Note: Aaron Meurer notes in the comments that for Python 3 users protocol=3 is already default. Python 3 users can trust the default protocol= setting to be efficient and should not specify protocol=2.

Time costs to serialize numeric data

Some thoughts on text

Text should be easy to serialize. It’s already text!
JSON-no-index serializes the text values of the dataframe (not the integer index) as a list of strings. This assumes that the data are strings which is why it’s able to outperform the others, even though it’s not an optimized format. This is what we would gain if we had a string dtype rather than relying on the NumPy Object dtype, 'O'.
MsgPack is surpsingly fast compared to cPickle
MsgPack is oddly unbalanced, it can dump text data very quickly but takes a while to load it back in. Can we improve msgpack load speeds?
CSV text loads are fast. Hooray for pandas.read_csv.

Some thoughts on numeric data

Both pickle(..., protocol=2) and msgpack dump raw bytes. These are well below disk I/O speeds. Hooray!
There isn’t much reason to compare performance below this level.

Categoricals to the Rescue

Pandas recently added support for categorical data. We use categorical data when our values take on a fixed number of possible options with potentially many repeats (like stock ticker symbols.) We enumerate these possible options (AAPL: 1, GOOG: 2, MSFT: 3, ...) and use those numbers in place of the text. This works well when there are many more observations/rows than there are unique values.
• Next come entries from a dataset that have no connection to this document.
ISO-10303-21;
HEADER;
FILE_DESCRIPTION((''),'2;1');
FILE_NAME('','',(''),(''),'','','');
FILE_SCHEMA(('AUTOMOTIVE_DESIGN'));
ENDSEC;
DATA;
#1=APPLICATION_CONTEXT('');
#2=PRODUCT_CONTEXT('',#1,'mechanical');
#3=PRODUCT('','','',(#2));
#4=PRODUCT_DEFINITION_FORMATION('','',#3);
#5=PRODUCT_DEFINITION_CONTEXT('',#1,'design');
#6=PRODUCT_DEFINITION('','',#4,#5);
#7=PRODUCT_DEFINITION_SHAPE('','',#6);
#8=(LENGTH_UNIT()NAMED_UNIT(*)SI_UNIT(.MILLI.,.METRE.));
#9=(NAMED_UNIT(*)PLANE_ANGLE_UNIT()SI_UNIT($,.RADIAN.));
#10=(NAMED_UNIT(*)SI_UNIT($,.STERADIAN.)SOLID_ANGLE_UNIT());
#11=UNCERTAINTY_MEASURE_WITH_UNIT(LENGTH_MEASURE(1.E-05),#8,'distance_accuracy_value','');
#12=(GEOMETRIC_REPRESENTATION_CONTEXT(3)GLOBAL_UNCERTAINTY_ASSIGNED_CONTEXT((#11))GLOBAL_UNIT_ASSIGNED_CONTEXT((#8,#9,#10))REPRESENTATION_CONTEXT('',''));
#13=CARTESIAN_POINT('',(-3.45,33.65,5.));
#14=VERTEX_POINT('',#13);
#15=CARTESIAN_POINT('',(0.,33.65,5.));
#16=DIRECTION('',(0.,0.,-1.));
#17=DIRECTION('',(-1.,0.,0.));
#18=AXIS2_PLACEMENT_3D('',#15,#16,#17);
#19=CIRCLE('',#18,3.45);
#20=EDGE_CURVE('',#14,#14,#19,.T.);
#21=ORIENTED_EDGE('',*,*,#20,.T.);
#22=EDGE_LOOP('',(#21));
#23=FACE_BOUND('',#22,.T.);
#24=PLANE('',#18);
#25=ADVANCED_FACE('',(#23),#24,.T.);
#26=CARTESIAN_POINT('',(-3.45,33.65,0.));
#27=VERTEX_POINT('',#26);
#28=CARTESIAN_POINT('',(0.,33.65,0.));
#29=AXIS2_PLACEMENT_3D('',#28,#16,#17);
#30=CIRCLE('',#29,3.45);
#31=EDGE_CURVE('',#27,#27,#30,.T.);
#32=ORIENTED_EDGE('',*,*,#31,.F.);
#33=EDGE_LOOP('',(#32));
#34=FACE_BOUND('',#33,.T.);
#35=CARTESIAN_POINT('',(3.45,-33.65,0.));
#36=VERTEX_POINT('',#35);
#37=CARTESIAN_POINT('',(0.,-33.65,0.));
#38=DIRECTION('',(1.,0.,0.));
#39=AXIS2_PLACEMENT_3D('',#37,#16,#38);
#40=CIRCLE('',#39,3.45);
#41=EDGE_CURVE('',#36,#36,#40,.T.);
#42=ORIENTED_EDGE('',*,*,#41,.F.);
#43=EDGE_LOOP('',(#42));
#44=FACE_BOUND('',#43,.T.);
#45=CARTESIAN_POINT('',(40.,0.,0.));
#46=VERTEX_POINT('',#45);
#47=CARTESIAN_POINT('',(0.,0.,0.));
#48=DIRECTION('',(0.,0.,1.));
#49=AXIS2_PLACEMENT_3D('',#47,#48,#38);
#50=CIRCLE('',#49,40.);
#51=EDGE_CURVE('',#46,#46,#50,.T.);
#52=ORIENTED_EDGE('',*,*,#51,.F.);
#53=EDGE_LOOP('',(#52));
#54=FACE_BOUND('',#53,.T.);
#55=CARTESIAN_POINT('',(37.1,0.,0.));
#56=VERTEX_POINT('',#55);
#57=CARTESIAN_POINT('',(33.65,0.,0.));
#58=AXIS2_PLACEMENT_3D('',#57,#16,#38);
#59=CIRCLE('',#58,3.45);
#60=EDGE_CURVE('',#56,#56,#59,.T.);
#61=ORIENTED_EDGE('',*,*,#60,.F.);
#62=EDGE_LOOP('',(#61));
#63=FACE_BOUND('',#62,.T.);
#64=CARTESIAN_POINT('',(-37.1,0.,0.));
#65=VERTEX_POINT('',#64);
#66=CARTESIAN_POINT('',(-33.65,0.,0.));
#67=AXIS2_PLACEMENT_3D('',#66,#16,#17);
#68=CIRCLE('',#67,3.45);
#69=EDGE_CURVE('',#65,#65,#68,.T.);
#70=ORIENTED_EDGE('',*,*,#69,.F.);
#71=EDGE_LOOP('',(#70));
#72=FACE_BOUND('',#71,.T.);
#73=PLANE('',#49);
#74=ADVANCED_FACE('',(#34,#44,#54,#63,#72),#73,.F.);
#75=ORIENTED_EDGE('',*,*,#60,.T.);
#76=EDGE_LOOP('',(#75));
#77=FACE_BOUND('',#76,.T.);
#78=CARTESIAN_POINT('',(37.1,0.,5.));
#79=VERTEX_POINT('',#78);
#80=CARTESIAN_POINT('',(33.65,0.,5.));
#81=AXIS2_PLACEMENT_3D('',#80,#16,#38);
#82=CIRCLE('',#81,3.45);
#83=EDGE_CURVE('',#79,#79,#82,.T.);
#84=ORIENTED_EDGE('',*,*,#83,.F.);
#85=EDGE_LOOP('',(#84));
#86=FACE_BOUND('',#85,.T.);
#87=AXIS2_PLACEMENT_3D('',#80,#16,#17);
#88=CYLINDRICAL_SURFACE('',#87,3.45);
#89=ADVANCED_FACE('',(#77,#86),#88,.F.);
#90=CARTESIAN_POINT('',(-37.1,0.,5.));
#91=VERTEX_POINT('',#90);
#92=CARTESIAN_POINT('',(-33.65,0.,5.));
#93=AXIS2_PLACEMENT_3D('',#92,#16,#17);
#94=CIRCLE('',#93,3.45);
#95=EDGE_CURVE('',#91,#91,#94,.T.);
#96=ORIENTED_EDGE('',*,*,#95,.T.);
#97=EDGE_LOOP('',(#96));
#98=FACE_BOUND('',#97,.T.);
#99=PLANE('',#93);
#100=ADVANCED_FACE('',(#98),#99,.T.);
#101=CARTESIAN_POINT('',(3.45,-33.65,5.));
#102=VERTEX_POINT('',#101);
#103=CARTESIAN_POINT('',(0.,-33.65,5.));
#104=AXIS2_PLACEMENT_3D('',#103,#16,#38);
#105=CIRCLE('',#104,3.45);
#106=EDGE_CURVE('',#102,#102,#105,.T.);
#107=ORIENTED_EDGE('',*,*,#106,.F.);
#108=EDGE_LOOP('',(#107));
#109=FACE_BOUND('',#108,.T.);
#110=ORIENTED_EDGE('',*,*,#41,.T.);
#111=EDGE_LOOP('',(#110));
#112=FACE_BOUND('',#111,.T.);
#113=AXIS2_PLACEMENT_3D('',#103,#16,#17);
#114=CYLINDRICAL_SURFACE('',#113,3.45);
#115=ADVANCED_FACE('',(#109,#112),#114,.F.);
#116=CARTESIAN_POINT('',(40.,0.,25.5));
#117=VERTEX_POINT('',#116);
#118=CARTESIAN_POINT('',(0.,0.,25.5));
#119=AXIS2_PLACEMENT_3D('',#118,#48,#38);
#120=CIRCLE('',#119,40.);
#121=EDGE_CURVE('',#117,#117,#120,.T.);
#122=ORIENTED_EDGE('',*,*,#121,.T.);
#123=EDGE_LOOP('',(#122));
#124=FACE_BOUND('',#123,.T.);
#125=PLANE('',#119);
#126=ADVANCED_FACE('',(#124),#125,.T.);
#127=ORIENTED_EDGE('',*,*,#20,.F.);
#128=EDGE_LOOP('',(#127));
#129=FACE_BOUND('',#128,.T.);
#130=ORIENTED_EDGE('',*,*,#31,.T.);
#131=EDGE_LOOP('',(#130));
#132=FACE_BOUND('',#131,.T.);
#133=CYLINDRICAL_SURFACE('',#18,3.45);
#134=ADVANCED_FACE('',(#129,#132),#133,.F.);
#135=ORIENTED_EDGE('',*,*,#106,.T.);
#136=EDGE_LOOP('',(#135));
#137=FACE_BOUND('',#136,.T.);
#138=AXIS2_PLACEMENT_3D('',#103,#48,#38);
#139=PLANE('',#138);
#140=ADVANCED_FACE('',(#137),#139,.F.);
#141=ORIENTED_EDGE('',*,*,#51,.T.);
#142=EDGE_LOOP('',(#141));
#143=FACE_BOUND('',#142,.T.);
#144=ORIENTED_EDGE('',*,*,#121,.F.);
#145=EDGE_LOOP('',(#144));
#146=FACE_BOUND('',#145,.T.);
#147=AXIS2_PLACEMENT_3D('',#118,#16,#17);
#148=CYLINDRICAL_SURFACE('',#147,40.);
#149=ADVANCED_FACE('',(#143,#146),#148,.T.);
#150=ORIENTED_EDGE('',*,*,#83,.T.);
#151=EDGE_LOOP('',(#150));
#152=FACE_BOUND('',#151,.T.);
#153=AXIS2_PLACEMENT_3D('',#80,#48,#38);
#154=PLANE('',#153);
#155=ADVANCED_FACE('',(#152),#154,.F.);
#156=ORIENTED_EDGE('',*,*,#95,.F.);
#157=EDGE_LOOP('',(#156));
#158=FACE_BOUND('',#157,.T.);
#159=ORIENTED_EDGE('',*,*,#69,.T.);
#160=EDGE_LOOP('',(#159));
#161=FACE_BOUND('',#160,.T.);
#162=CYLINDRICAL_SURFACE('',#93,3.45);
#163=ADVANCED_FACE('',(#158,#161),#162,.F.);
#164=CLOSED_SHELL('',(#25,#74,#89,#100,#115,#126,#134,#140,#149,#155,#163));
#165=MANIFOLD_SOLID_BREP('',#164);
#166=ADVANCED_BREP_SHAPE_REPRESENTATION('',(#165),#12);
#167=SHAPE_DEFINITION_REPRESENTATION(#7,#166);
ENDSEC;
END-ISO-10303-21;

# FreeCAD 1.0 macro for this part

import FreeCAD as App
import Part
import Sketcher

V = App.Vector
Q = App.Units.Quantity

doc = App.newDocument("Part")
params = doc.addObject("Spreadsheet::Sheet", "Params")
for row, (alias, value) in enumerate([
    ("sketch1_diameter", "80 mm"),
    ("pad1_length", "25.5 mm"),
    ("sketch2_diameter", "6.9 mm"),
    ("pocket1_length", "5 mm"),
], start=1):
    params.set(f"A{row}", alias)
    params.set(f"B{row}", "=" + value)
    params.setAlias(f"B{row}", alias)

body = doc.addObject("PartDesign::Body", "Body")

sketch1 = doc.addObject("Sketcher::SketchObject", "Sketch")
body.addObject(sketch1)
sketch1.AttachmentSupport = (doc.XY_Plane, [""])
sketch1.MapMode = "FlatFace"
sketch1.addGeometry(Part.Circle(V(0, 0, 0), V(0, 0, 1), 40), False)
sketch1.addConstraint(Sketcher.Constraint("Coincident", 0, 3, -1, 1))
sketch1.addConstraint(Sketcher.Constraint("Diameter", 0, Q("80 mm")))
sketch1.setExpression("Constraints[1]", "Params.sketch1_diameter")
pad1 = doc.addObject("PartDesign::Pad", "Pad")
body.addObject(pad1)
pad1.Profile = sketch1
pad1.setExpression("Length", "Params.pad1_length")

sketch2 = doc.addObject("Sketcher::SketchObject", "Sketch001")
body.addObject(sketch2)
sketch2.AttachmentSupport = (doc.XY_Plane, [""])
sketch2.MapMode = "FlatFace"
sketch2.addGeometry(Part.Circle(V(0, 33.65, 0), V(0, 0, 1), 3.45), False)
sketch2.addGeometry(Part.Circle(V(-33.65, 0, 0), V(0, 0, 1), 3.45), False)
sketch2.addGeometry(Part.Circle(V(0, -33.65, 0), V(0, 0, 1), 3.45), False)
sketch2.addGeometry(Part.Circle(V(33.65, 0, 0), V(0, 0, 1), 3.45), False)
sketch2.addConstraint(Sketcher.Constraint("Equal", 0, 1))
sketch2.addConstraint(Sketcher.Constraint("Equal", 1, 2))
sketch2.addConstraint(Sketcher.Constraint("Equal", 2, 3))
sketch2.addConstraint(Sketcher.Constraint("Symmetric", 0, 3, 2, 3, -1, 1))
sketch2.addConstraint(Sketcher.Constraint("Symmetric", 1, 3, 3, 3, -1, 1))
sketch2.addConstraint(Sketcher.Constraint("PointOnObject", 0, 3, -2))
sketch2.addConstraint(Sketcher.Constraint("PointOnObject", 1, 3, -1))
sketch2.addConstraint(Sketcher.Constraint("Diameter", 0, Q("6.9 mm")))
sketch2.addConstraint(Sketcher.Constraint("DistanceY", 2, 3, 0, 3, Q("67.3 mm")))
sketch2.addConstraint(Sketcher.Constraint("DistanceX", 1, 3, 3, 3, Q("67.3 mm")))
sketch2.setExpression("Constraints[7]", "Params.sketch2_diameter")
pocket1 = doc.addObject("PartDesign::Pocket", "Pocket")
body.addObject(pocket1)
pocket1.Profile = sketch2
pocket1.setExpression("Length", "Params.pocket1_length")
pocket1.Reversed = True

doc.recompute()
Recall that in our case we have one million rows but only one thousand unique values. This is typical for many kinds of data.
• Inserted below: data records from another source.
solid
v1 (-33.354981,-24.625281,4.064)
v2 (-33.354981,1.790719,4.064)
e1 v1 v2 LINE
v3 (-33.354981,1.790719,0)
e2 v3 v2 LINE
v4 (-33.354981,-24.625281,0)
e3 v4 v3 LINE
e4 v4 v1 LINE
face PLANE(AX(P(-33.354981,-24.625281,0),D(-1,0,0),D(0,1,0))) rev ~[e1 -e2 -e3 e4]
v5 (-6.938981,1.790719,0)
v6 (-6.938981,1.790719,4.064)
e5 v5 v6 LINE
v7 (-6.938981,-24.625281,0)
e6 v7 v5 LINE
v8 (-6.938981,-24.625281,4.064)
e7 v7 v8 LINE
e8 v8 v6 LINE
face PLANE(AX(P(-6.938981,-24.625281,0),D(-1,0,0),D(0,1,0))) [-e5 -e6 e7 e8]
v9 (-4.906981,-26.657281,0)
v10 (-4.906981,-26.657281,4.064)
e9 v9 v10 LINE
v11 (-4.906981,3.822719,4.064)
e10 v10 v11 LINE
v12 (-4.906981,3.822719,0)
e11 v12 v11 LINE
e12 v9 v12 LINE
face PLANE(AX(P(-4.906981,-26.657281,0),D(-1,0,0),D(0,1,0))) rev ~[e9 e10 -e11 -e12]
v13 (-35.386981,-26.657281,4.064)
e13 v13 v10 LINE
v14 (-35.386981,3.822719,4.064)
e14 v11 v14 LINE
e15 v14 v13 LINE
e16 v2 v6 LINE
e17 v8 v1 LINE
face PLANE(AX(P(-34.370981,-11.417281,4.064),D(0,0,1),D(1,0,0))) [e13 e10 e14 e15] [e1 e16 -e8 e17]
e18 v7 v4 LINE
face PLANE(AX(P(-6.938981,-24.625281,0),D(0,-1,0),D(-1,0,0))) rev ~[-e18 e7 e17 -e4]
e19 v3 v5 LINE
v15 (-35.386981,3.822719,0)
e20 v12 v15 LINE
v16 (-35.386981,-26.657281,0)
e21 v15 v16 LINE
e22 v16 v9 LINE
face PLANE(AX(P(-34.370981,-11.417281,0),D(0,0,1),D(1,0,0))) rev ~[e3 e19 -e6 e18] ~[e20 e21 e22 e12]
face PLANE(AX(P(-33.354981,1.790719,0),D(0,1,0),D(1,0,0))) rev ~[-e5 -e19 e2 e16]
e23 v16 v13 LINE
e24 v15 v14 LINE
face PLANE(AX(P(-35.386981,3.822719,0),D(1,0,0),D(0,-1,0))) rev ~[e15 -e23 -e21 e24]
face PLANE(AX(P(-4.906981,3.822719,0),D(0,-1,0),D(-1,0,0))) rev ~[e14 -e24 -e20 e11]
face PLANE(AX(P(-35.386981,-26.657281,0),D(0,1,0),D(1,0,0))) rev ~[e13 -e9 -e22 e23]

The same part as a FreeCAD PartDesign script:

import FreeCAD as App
import Part
import Sketcher

V = App.Vector
Q = App.Units.Quantity

doc = App.newDocument("Part")
params = doc.addObject("Spreadsheet::Sheet", "Params")
for row, (alias, value) in enumerate([
    ("sketch1_width", "1.2 in"),
    ("sketch1_width2", "1.04 in"),
    ("pad1_length", "0.16 in"),
], start=1):
    params.set(f"A{row}", alias)
    params.set(f"B{row}", "=" + value)
    params.setAlias(f"B{row}", alias)

body = doc.addObject("PartDesign::Body", "Body")

# Sketch on XY plane
sketch1 = doc.addObject("Sketcher::SketchObject", "Sketch")
body.addObject(sketch1)
sketch1.AttachmentSupport = (doc.XY_Plane, [""])
sketch1.MapMode = "FlatFace"
sketch1.addGeometry(Part.LineSegment(V(-35, -27, 0), V(-5, -27, 0)), False)
sketch1.addGeometry(Part.LineSegment(V(-5, -27, 0), V(-5, 4, 0)), False)
sketch1.addGeometry(Part.LineSegment(V(-5, 4, 0), V(-35, 4, 0)), False)
sketch1.addGeometry(Part.LineSegment(V(-35, 4, 0), V(-35, -27, 0)), False)
sketch1.addGeometry(Part.LineSegment(V(-7, -25, 0), V(-33, -25, 0)), False)
sketch1.addGeometry(Part.LineSegment(V(-33, -25, 0), V(-33, 2, 0)), False)
sketch1.addGeometry(Part.LineSegment(V(-33, 2, 0), V(-7, 2, 0)), False)
sketch1.addGeometry(Part.LineSegment(V(-7, 2, 0), V(-7, -25, 0)), False)
sketch1.addConstraint(Sketcher.Constraint("Coincident", 0, 2, 1, 1))
sketch1.addConstraint(Sketcher.Constraint("Coincident", 1, 2, 2, 1))
sketch1.addConstraint(Sketcher.Constraint("Coincident", 2, 2, 3, 1))
sketch1.addConstraint(Sketcher.Constraint("Coincident", 3, 2, 0, 1))
sketch1.addConstraint(Sketcher.Constraint("Coincident", 4, 2, 5, 1))
sketch1.addConstraint(Sketcher.Constraint("Coincident", 5, 2, 6, 1))
sketch1.addConstraint(Sketcher.Constraint("Coincident", 6, 2, 7, 1))
sketch1.addConstraint(Sketcher.Constraint("Coincident", 7, 2, 4, 1))
sketch1.addConstraint(Sketcher.Constraint("Horizontal", 0))
sketch1.addConstraint(Sketcher.Constraint("Vertical", 1))
sketch1.addConstraint(Sketcher.Constraint("Horizontal", 2))
sketch1.addConstraint(Sketcher.Constraint("Vertical", 3))
sketch1.addConstraint(Sketcher.Constraint("Horizontal", 4))
sketch1.addConstraint(Sketcher.Constraint("Vertical", 5))
sketch1.addConstraint(Sketcher.Constraint("Horizontal", 6))
sketch1.addConstraint(Sketcher.Constraint("Vertical", 7))
sketch1.addConstraint(Sketcher.Constraint("Equal", 2, 1))
sketch1.addConstraint(Sketcher.Constraint("Equal", 6, 5))
sketch1.addConstraint(Sketcher.Constraint("DistanceX", 0, 1, 0, 2, Q("1.2 in")))
sketch1.addConstraint(Sketcher.Constraint("DistanceX", 4, 2, 4, 1, Q("1.04 in")))
sketch1.addConstraint(Sketcher.Constraint("DistanceX", 3, 2, 4, 2, Q("0.08 in")))
sketch1.addConstraint(Sketcher.Constraint("DistanceY", 3, 2, 4, 2, Q("0.08 in")))
sketch1.addConstraint(Sketcher.Constraint("DistanceX", 0, 2, -1, 1, 4.906981))
sketch1.addConstraint(Sketcher.Constraint("DistanceY", 0, 2, -1, 1, 26.657281))
sketch1.setExpression("Constraints[18]", "Params.sketch1_width")
sketch1.setExpression("Constraints[19]", "Params.sketch1_width2")
pad1 = doc.addObject("PartDesign::Pad", "Pad")
body.addObject(pad1)
pad1.Profile = sketch1
pad1.setExpression("Length", "Params.pad1_length")

doc.recompute()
This is great! We’ve shrunk the amount of text data by a factor of a thousand, replacing it with cheap-to-serialize numeric data.

>>> df['text'] = df['text'].astype('category')
>>> df.text
0      0
1      1
2      2
3      3
...
999997    997
999998    998
999999    999
Name: text, Length: 1000000, dtype: category
Categories (1000, object): [0 < 1 < 10 < 100 ... 996 < 997 < 998 < 999]
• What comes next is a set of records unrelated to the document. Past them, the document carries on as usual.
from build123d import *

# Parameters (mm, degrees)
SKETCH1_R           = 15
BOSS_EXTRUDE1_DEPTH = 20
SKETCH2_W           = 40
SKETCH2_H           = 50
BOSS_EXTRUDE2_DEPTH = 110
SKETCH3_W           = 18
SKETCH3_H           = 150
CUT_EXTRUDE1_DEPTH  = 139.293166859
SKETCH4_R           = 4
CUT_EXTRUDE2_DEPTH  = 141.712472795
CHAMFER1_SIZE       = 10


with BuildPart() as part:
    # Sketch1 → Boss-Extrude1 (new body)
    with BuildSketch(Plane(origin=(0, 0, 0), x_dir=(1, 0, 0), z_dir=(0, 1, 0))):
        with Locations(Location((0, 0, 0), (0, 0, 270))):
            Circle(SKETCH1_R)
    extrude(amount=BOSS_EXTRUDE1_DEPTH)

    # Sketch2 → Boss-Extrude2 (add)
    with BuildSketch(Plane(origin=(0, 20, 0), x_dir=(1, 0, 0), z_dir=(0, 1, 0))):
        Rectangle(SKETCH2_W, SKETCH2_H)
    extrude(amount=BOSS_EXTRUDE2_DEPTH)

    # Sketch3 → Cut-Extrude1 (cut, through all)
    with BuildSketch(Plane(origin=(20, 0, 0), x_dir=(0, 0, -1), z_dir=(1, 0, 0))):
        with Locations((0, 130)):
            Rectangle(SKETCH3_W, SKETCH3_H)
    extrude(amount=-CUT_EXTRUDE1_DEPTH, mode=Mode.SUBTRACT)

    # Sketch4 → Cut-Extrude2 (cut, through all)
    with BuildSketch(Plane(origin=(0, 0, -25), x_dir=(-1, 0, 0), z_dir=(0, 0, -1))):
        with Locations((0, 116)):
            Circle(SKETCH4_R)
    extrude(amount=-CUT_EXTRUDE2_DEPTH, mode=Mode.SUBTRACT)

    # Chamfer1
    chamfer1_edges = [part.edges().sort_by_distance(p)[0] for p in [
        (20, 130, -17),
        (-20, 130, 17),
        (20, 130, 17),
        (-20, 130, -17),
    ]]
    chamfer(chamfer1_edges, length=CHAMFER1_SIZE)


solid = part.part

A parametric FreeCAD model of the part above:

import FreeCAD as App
import Part
import Sketcher

V = App.Vector
Q = App.Units.Quantity


def edges_at(feature, points):
    """Names of the edges that pass closest to the given points."""
    edges = feature.Shape.Edges
    near = lambda p: min(range(len(edges)), key=lambda i: edges[i].distToShape(Part.Vertex(*p))[0])
    return sorted({f"Edge{near(p) + 1}" for p in points})


def add_polygon(sketch, points):
    """Adds a closed chain of lines whose ends are joined by coincident constraints."""
    first, n = sketch.GeometryCount, len(points)
    for a, b in zip(points, points[1:] + points[:1]):
        sketch.addGeometry(Part.LineSegment(App.Vector(*a, 0), App.Vector(*b, 0)), False)
    for i in range(n):
        sketch.addConstraint(Sketcher.Constraint("Coincident", first + i, 2, first + (i + 1) % n, 1))

doc = App.newDocument("Part")
params = doc.addObject("Spreadsheet::Sheet", "Params")
for row, (alias, value) in enumerate([
    ("sketch1_diameter", "30 mm"),
    ("pad1_length", "20 mm"),
    ("sketch2_width", "40 mm"),
    ("sketch2_height", "50 mm"),
    ("pad2_length", "110 mm"),
    ("sketch3_width", "150 mm"),
    ("sketch3_height", "18 mm"),
    ("sketch4_diameter", "8 mm"),
    ("chamfer_size", "10 mm"),
], start=1):
    params.set(f"A{row}", alias)
    params.set(f"B{row}", "=" + value)
    params.setAlias(f"B{row}", alias)

body = doc.addObject("PartDesign::Body", "Body")

# Sketch on XZ plane
sketch1 = body.newObject("Sketcher::SketchObject", "Sketch")
sketch1.AttachmentSupport = (doc.getObject("XZ_Plane"), [""])
sketch1.MapMode = "FlatFace"
sketch1.addGeometry(Part.Circle(V(0, 0, 0), V(0, 0, 1), 15), False)
sketch1.addConstraint([
    Sketcher.Constraint("Coincident", 0, 3, -1, 1),
    Sketcher.Constraint("Diameter", 0, Q("30 mm")),
])
sketch1.setExpression("Constraints[1]", "Params.sketch1_diameter")
pad1 = body.newObject("PartDesign::Pad", "Pad")
pad1.Profile = sketch1
pad1.setExpression("Length", "Params.pad1_length")
pad1.Reversed = True

# Sketch on XZ plane
sketch2 = body.newObject("Sketcher::SketchObject", "Sketch001")
sketch2.AttachmentSupport = (doc.getObject("XZ_Plane"), [""])
sketch2.MapMode = "FlatFace"
sketch2.AttachmentOffset = App.Placement(V(0, 0, -20), App.Rotation())
add_polygon(sketch2, [(-20, -25), (-20, 25), (20, 25), (20, -25)])  # lines 0-3
sketch2.addConstraint([
    Sketcher.Constraint("Vertical", 0),
    Sketcher.Constraint("Horizontal", 1),
    Sketcher.Constraint("Vertical", 2),
    Sketcher.Constraint("Horizontal", 3),
    Sketcher.Constraint("Symmetric", 0, 2, 2, 2, -1, 1),
    Sketcher.Constraint("DistanceX", 1, 1, 1, 2, Q("40 mm")),
    Sketcher.Constraint("DistanceY", 0, 1, 0, 2, Q("50 mm")),
])
sketch2.setExpression("Constraints[9]", "Params.sketch2_width")
sketch2.setExpression("Constraints[10]", "Params.sketch2_height")
pad2 = body.newObject("PartDesign::Pad", "Pad001")
pad2.Profile = sketch2
pad2.setExpression("Length", "Params.pad2_length")
pad2.Reversed = True

# Sketch on YZ plane
sketch3 = body.newObject("Sketcher::SketchObject", "Sketch002")
sketch3.AttachmentSupport = (doc.getObject("YZ_Plane"), [""])
sketch3.MapMode = "FlatFace"
sketch3.AttachmentOffset = App.Placement(V(0, 0, 20), App.Rotation())
add_polygon(sketch3, [(205, 9), (55, 9), (55, -9), (205, -9)])  # lines 0-3
sketch3.addConstraint([
    Sketcher.Constraint("Horizontal", 0),
    Sketcher.Constraint("Vertical", 1),
    Sketcher.Constraint("Horizontal", 2),
    Sketcher.Constraint("Vertical", 3),
    Sketcher.Constraint("DistanceX", 0, 2, 0, 1, Q("150 mm")),
    Sketcher.Constraint("DistanceY", 1, 2, 1, 1, Q("18 mm")),
    Sketcher.Constraint("DistanceX", -1, 1, 0, 2, Q("55 mm")),
    Sketcher.Constraint("DistanceY", -1, 1, 0, 2, Q("9 mm")),
])
sketch3.setExpression("Constraints[8]", "Params.sketch3_width")
sketch3.setExpression("Constraints[9]", "Params.sketch3_height")
pocket1 = body.newObject("PartDesign::Pocket", "Pocket")
pocket1.Profile = sketch3
pocket1.Type = "ThroughAll"

# Sketch on XY plane
sketch4 = body.newObject("Sketcher::SketchObject", "Sketch003")
sketch4.AttachmentSupport = (doc.getObject("XY_Plane"), [""])
sketch4.MapMode = "FlatFace"
sketch4.AttachmentOffset = App.Placement(V(0, 0, -25), App.Rotation())
sketch4.addGeometry(Part.Circle(V(0, 116, 0), V(0, 0, 1), 4), False)
sketch4.addConstraint([
    Sketcher.Constraint("PointOnObject", 0, 3, -2),
    Sketcher.Constraint("Diameter", 0, Q("8 mm")),
    Sketcher.Constraint("DistanceY", -1, 1, 0, 3, Q("116 mm")),
])
sketch4.setExpression("Constraints[1]", "Params.sketch4_diameter")
pocket2 = body.newObject("PartDesign::Pocket", "Pocket001")
pocket2.Profile = sketch4
pocket2.Type = "ThroughAll"
pocket2.Reversed = True
doc.recompute()

chamfer = body.newObject("PartDesign::Chamfer", "Chamfer")
chamfer.Base = (pocket2, edges_at(pocket2, [
    (20, 130, -17),
    (-20, 130, 17),
    (20, 130, 17),
    (-20, 130, -17),
]))
chamfer.setExpression("Size", "Params.chamfer_size")

doc.recompute()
Lets consider the costs of doing this conversion and of serializing it afterwards relative to the costs of just serializing it.

	seconds
Serialize Original Text	1.042523
Convert to Categories	0.072093
Serialize Categorical Data	0.028223

When our data is amenable to categories then it’s cheaper to convert-then-serialize than it is to serialize the raw text. Repeated serializations are just pure-win. Categorical data is good for other reasons too; computations on object dtype in Pandas generally happen at Python speeds. If you care about performance then categoricals are definitely something to roll in to your workflow.

Final Thoughts

Several excellent serialization options exist, each with different strengths.
A combination of good serialization support for numeric data and Pandas categorical dtypes enable efficient serialization and storage of DataFrames.
Object dtype is bad for PyData. String dtypes would be nice. I’d like to shout out to DyND a possible NumPy replacement that would resolve this.
MsgPack provides surprisingly good performance over custom Python solutions, why is that?
I suspect that we could improve performance by special casing Object dtypes and assuming that they contain only text.